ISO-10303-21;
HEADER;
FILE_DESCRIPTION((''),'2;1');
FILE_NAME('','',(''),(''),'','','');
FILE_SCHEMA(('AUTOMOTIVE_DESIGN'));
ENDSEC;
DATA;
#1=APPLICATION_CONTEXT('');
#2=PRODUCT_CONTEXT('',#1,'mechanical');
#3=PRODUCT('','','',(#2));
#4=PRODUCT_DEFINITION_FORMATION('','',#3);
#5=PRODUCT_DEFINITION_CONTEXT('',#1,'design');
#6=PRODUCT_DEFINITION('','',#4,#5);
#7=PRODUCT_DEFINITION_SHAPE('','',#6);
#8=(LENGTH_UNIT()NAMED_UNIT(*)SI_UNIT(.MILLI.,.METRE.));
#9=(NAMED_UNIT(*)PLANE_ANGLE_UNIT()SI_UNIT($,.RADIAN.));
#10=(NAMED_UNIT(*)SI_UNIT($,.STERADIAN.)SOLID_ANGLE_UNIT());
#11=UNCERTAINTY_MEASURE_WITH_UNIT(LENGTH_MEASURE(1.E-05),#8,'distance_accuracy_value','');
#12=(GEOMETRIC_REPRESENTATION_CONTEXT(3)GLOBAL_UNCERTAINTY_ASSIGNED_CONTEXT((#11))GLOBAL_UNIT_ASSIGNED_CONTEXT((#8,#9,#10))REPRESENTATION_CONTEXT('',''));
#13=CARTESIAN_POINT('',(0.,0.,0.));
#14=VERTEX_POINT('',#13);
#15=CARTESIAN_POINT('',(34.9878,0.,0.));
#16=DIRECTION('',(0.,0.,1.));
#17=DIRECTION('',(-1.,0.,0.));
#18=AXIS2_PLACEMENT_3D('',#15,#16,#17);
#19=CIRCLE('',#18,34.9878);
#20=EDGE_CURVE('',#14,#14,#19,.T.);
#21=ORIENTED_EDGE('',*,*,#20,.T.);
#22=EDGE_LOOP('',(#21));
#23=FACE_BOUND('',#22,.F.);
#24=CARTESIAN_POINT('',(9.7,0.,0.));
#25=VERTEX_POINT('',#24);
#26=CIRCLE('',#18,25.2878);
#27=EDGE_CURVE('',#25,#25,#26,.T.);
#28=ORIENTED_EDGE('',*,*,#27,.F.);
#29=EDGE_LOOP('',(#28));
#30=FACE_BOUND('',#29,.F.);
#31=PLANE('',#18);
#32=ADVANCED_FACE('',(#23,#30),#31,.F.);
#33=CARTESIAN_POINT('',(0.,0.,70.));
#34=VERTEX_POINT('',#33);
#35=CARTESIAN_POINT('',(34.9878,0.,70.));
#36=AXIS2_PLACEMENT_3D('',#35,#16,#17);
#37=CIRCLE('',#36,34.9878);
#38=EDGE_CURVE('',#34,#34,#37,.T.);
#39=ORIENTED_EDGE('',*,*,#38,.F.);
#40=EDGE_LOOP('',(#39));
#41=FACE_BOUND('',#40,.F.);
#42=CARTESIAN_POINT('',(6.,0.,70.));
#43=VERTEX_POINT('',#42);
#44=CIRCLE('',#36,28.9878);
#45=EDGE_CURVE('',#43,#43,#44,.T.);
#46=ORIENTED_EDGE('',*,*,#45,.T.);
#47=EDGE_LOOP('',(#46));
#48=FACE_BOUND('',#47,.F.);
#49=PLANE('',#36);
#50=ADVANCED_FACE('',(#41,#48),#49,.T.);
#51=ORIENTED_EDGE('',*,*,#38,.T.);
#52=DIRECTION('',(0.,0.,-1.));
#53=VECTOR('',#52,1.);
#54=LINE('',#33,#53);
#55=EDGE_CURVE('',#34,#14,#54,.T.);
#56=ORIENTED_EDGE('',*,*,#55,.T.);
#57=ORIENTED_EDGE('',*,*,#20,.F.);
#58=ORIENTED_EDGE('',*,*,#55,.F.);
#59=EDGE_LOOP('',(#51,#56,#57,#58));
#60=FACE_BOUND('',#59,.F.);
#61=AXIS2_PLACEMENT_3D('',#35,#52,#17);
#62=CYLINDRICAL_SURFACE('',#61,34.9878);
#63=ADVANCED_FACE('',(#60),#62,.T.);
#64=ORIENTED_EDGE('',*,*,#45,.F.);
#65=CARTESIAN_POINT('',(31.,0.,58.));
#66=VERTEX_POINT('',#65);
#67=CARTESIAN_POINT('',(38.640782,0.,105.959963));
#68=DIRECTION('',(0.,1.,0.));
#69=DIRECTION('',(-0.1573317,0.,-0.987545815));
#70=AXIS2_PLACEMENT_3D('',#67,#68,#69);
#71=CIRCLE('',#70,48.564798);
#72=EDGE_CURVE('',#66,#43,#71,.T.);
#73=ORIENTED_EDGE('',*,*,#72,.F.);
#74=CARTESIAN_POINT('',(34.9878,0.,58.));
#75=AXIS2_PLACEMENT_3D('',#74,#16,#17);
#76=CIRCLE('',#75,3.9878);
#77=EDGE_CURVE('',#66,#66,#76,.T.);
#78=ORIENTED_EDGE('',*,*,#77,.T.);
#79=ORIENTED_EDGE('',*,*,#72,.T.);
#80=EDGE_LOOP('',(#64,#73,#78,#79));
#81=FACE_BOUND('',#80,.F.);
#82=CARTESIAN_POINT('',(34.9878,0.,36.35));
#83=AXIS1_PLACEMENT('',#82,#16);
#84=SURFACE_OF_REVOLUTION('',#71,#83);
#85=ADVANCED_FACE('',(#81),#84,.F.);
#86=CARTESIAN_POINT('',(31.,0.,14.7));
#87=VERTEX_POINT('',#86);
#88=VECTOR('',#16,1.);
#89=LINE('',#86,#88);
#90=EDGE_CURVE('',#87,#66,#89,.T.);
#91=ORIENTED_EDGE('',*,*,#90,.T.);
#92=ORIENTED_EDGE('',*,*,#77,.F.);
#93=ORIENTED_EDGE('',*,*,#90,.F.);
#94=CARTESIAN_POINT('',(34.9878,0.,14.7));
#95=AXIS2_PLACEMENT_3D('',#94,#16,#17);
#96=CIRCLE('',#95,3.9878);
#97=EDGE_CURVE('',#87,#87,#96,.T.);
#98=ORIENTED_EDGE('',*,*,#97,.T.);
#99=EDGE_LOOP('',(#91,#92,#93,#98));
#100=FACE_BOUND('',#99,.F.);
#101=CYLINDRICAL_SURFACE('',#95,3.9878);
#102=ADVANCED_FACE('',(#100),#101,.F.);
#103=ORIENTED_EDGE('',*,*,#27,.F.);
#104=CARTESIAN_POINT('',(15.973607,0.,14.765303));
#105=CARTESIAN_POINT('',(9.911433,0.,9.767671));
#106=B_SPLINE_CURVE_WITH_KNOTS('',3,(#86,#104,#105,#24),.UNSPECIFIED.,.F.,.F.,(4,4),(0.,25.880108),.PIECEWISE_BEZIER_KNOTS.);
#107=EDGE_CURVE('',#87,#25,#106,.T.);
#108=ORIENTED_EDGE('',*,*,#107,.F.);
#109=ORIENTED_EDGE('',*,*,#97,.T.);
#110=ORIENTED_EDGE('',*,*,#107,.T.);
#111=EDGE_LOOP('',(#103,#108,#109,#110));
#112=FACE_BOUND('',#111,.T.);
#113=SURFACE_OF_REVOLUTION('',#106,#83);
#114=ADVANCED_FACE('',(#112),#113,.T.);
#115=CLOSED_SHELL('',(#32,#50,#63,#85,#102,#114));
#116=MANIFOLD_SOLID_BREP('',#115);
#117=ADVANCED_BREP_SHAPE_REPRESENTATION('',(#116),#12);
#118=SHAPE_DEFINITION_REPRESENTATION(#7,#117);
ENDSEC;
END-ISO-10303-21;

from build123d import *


with BuildPart() as f1:
    # F0 (on Front) → F1 (revolve)
    with BuildSketch(Plane.XZ):
        with BuildLine():
            Line((0, 70), (0, 0))
            Line((0, 0), (9.7, 0))
            add(Edge.make_bspline(
                [(31, 14.7), (15.973607, 14.765303), (9.911433, 9.767671), (9.7, 0)],
                knots=[0, 0, 0, 0, 25.880108, 25.880108, 25.880108, 25.880108], degree=3))
            Line((31, 14.7), (31, 58))
            ThreePointArc((31, 58), (17.625285, 62.177678), (6, 70))
            Line((6, 70), (0, 70))
        make_face()
    revolve(axis=Axis((34.9878, 0, 36.35), (0, 0, 1)))


solid = f1.part
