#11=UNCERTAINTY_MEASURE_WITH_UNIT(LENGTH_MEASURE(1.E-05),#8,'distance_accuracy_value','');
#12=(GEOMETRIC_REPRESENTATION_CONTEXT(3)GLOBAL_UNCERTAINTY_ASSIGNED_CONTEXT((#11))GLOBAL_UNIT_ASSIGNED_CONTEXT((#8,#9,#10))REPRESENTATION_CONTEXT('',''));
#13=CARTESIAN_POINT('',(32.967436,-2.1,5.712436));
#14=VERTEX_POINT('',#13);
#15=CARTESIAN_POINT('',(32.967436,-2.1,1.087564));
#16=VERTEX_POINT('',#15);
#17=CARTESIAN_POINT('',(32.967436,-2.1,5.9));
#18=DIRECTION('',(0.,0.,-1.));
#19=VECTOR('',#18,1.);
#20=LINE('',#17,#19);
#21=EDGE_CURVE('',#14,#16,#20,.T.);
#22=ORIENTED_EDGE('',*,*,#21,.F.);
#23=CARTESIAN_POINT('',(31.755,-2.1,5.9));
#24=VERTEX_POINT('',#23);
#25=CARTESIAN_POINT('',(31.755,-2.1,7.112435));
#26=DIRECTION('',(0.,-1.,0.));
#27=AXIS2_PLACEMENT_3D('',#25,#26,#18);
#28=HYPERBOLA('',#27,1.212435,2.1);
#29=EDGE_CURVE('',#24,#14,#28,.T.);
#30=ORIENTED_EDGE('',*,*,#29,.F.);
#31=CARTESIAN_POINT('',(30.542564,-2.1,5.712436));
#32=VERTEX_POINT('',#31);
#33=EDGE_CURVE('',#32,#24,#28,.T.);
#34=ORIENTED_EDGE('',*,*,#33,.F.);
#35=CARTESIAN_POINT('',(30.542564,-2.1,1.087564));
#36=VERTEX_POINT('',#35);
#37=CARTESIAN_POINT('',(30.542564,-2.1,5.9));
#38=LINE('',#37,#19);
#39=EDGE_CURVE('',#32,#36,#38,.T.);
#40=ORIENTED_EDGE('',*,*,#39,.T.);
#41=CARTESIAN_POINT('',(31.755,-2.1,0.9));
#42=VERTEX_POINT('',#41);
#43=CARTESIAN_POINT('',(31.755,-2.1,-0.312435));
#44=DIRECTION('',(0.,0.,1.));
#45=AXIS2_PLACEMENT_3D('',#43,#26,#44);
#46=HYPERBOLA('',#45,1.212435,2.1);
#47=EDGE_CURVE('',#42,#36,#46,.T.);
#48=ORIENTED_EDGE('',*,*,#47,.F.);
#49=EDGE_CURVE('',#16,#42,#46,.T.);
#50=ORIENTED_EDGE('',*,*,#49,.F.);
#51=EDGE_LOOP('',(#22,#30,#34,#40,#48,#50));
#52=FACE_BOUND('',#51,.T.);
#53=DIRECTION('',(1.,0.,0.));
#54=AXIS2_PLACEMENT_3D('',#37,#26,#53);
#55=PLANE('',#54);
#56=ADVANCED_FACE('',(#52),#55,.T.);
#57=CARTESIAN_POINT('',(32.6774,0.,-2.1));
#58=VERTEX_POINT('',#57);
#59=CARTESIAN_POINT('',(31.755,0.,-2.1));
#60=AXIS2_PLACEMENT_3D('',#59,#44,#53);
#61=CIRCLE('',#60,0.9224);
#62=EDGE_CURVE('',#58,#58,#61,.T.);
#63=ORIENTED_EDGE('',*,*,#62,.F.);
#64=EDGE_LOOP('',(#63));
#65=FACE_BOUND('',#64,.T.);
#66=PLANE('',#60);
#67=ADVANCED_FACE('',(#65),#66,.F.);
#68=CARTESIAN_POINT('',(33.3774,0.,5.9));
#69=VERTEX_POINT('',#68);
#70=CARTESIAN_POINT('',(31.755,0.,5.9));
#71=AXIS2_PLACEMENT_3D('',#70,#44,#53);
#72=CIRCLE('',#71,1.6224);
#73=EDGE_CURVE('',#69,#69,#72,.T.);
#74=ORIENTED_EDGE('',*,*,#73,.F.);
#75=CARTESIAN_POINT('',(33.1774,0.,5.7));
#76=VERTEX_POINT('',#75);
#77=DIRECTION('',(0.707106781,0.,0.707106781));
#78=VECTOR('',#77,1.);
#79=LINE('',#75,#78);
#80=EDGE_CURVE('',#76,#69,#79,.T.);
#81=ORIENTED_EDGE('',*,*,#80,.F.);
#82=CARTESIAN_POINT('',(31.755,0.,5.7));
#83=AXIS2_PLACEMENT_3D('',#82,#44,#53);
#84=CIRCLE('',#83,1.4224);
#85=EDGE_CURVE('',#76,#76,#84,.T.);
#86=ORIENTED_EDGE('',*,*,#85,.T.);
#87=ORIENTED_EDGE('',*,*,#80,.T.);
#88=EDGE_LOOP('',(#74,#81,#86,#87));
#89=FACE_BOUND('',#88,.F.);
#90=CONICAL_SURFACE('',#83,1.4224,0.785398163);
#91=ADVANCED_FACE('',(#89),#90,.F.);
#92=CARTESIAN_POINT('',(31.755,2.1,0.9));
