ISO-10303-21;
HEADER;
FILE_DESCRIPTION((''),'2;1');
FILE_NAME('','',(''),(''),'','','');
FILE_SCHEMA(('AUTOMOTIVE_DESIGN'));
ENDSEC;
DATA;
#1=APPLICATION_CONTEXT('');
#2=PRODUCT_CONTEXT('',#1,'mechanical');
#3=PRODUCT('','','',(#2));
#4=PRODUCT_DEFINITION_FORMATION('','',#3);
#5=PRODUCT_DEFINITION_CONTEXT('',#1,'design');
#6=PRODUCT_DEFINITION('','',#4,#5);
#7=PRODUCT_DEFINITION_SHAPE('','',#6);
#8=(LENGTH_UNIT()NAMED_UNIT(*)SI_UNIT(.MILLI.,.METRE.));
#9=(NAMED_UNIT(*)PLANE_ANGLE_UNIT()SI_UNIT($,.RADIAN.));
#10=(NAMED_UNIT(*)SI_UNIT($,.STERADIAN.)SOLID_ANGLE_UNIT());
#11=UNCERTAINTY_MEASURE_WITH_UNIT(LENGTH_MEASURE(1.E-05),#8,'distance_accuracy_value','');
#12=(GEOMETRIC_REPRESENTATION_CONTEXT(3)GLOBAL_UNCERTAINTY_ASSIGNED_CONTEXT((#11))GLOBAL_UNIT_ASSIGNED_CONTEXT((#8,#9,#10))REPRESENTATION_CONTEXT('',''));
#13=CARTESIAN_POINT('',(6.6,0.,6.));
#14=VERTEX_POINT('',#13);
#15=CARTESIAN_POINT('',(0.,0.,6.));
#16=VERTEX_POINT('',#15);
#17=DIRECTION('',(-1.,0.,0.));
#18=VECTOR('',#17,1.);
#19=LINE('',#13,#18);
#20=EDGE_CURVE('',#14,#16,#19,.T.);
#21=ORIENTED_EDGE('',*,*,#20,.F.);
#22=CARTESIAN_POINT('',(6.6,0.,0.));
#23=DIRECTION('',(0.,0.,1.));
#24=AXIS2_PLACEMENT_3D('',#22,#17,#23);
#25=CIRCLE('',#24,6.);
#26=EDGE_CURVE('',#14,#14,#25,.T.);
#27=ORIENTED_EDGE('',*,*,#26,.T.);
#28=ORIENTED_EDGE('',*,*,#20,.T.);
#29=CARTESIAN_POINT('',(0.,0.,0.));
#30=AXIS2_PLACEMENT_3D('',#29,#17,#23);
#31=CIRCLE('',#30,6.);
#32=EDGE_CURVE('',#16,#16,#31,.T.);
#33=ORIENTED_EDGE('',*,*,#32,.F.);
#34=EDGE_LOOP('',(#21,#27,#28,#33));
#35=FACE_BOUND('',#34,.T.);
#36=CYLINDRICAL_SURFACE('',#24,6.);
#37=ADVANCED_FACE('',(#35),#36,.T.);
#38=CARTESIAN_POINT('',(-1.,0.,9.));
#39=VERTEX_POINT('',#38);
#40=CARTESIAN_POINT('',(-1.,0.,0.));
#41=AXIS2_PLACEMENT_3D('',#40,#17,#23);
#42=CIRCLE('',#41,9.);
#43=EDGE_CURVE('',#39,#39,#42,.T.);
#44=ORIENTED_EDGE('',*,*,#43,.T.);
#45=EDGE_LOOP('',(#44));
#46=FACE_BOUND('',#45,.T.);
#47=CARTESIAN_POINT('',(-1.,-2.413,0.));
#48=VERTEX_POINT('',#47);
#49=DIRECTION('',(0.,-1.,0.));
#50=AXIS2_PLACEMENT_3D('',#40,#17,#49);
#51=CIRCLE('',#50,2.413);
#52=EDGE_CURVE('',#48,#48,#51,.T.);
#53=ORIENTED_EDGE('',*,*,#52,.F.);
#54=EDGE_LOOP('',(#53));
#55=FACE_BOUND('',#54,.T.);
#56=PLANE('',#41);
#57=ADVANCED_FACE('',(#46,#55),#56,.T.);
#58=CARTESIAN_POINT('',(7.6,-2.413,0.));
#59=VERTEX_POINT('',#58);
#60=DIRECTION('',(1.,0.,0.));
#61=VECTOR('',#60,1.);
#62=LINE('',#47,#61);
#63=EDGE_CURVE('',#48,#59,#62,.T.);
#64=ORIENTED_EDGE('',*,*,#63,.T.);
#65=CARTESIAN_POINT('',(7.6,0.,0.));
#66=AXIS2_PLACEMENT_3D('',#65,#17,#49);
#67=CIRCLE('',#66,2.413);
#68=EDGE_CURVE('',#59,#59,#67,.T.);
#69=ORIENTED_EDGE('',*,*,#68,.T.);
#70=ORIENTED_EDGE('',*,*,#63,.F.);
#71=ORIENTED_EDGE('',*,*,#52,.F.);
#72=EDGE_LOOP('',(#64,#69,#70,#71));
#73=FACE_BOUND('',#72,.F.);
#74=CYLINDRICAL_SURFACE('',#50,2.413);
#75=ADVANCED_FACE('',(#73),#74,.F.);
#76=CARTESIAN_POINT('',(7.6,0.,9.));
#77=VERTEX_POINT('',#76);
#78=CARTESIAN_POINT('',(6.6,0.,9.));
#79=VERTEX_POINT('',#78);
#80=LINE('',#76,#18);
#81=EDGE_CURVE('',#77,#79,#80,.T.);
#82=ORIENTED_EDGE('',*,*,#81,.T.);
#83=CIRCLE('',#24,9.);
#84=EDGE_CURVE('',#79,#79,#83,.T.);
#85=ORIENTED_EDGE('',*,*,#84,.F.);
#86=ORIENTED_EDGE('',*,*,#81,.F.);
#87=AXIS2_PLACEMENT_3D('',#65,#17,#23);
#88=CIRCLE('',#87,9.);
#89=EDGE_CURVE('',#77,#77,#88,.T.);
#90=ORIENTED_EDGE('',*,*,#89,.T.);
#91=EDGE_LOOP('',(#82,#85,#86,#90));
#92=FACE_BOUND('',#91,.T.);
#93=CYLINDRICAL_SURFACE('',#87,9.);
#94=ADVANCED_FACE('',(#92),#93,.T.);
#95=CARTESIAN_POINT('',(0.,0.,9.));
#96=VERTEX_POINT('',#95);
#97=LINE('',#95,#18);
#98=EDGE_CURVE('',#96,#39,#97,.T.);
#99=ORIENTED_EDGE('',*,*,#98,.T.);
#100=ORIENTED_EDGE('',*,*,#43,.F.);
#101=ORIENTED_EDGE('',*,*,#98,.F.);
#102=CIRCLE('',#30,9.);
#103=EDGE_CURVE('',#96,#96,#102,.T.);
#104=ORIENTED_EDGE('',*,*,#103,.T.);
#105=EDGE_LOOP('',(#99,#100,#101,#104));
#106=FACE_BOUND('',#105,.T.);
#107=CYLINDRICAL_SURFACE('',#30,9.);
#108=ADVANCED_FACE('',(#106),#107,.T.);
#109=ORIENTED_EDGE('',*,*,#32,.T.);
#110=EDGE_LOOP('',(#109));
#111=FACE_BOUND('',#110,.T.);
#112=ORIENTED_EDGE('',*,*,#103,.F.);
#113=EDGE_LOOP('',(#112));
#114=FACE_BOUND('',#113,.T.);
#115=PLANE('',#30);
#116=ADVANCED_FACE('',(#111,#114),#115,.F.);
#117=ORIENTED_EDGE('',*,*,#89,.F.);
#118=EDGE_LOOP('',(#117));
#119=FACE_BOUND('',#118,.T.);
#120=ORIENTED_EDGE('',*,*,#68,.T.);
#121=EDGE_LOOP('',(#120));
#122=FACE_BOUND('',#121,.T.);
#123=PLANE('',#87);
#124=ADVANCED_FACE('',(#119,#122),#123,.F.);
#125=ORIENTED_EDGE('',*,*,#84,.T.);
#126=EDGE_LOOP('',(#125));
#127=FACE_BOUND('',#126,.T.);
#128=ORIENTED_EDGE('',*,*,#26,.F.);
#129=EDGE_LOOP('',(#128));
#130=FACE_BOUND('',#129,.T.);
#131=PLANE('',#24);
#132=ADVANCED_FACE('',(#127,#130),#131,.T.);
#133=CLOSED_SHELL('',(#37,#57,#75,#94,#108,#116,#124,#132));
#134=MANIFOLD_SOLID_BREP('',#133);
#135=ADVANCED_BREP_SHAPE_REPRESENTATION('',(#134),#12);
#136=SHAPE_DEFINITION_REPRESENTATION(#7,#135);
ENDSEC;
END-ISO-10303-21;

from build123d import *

# Parameters (mm, degrees)
F2_R     = 2.413
F3_DEPTH = 25.4


with BuildPart() as f1:
    # F0 (on Front) → F1 (revolve)
    with BuildSketch(Plane.XZ):
        Polygon((6.6, 9), (6.6, 6), (0, 6), (0, 9), (-1, 9), (-1, 0), (0, 0), (6.6, 0), (7.6, 0), (7.6, 9), align=None)
    revolve(axis=Axis((3.3, 0, 0), (-1, 0, 0)))

    # F2 (on face) → F3 (cut)
    with BuildSketch(Plane(origin=(-1, 0, 0), x_dir=(0, -1, 0), z_dir=(-1, 0, 0))):
        Circle(F2_R)
    extrude(amount=-F3_DEPTH, mode=Mode.SUBTRACT)


solid = f1.part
####################
*Exercise description*. Keep both end lines and retype everything in the records above from the line containing "#62=LINE('',#47,#61);" through the line containing "#93=CYLINDRICAL_SURFACE('',#87,9.);", exactly, with nothing else.

*Reply to the exercise*.
#62=LINE('',#47,#61);
#63=EDGE_CURVE('',#48,#59,#62,.T.);
#64=ORIENTED_EDGE('',*,*,#63,.T.);
#65=CARTESIAN_POINT('',(7.6,0.,0.));
#66=AXIS2_PLACEMENT_3D('',#65,#17,#49);
#67=CIRCLE('',#66,2.413);
#68=EDGE_CURVE('',#59,#59,#67,.T.);
#69=ORIENTED_EDGE('',*,*,#68,.T.);
#70=ORIENTED_EDGE('',*,*,#63,.F.);
#71=ORIENTED_EDGE('',*,*,#52,.F.);
#72=EDGE_LOOP('',(#64,#69,#70,#71));
#73=FACE_BOUND('',#72,.F.);
#74=CYLINDRICAL_SURFACE('',#50,2.413);
#75=ADVANCED_FACE('',(#73),#74,.F.);
#76=CARTESIAN_POINT('',(7.6,0.,9.));
#77=VERTEX_POINT('',#76);
#78=CARTESIAN_POINT('',(6.6,0.,9.));
#79=VERTEX_POINT('',#78);
#80=LINE('',#76,#18);
#81=EDGE_CURVE('',#77,#79,#80,.T.);
#82=ORIENTED_EDGE('',*,*,#81,.T.);
#83=CIRCLE('',#24,9.);
#84=EDGE_CURVE('',#79,#79,#83,.T.);
#85=ORIENTED_EDGE('',*,*,#84,.F.);
#86=ORIENTED_EDGE('',*,*,#81,.F.);
#87=AXIS2_PLACEMENT_3D('',#65,#17,#23);
#88=CIRCLE('',#87,9.);
#89=EDGE_CURVE('',#77,#77,#88,.T.);
#90=ORIENTED_EDGE('',*,*,#89,.T.);
#91=EDGE_LOOP('',(#82,#85,#86,#90));
#92=FACE_BOUND('',#91,.T.);
#93=CYLINDRICAL_SURFACE('',#87,9.);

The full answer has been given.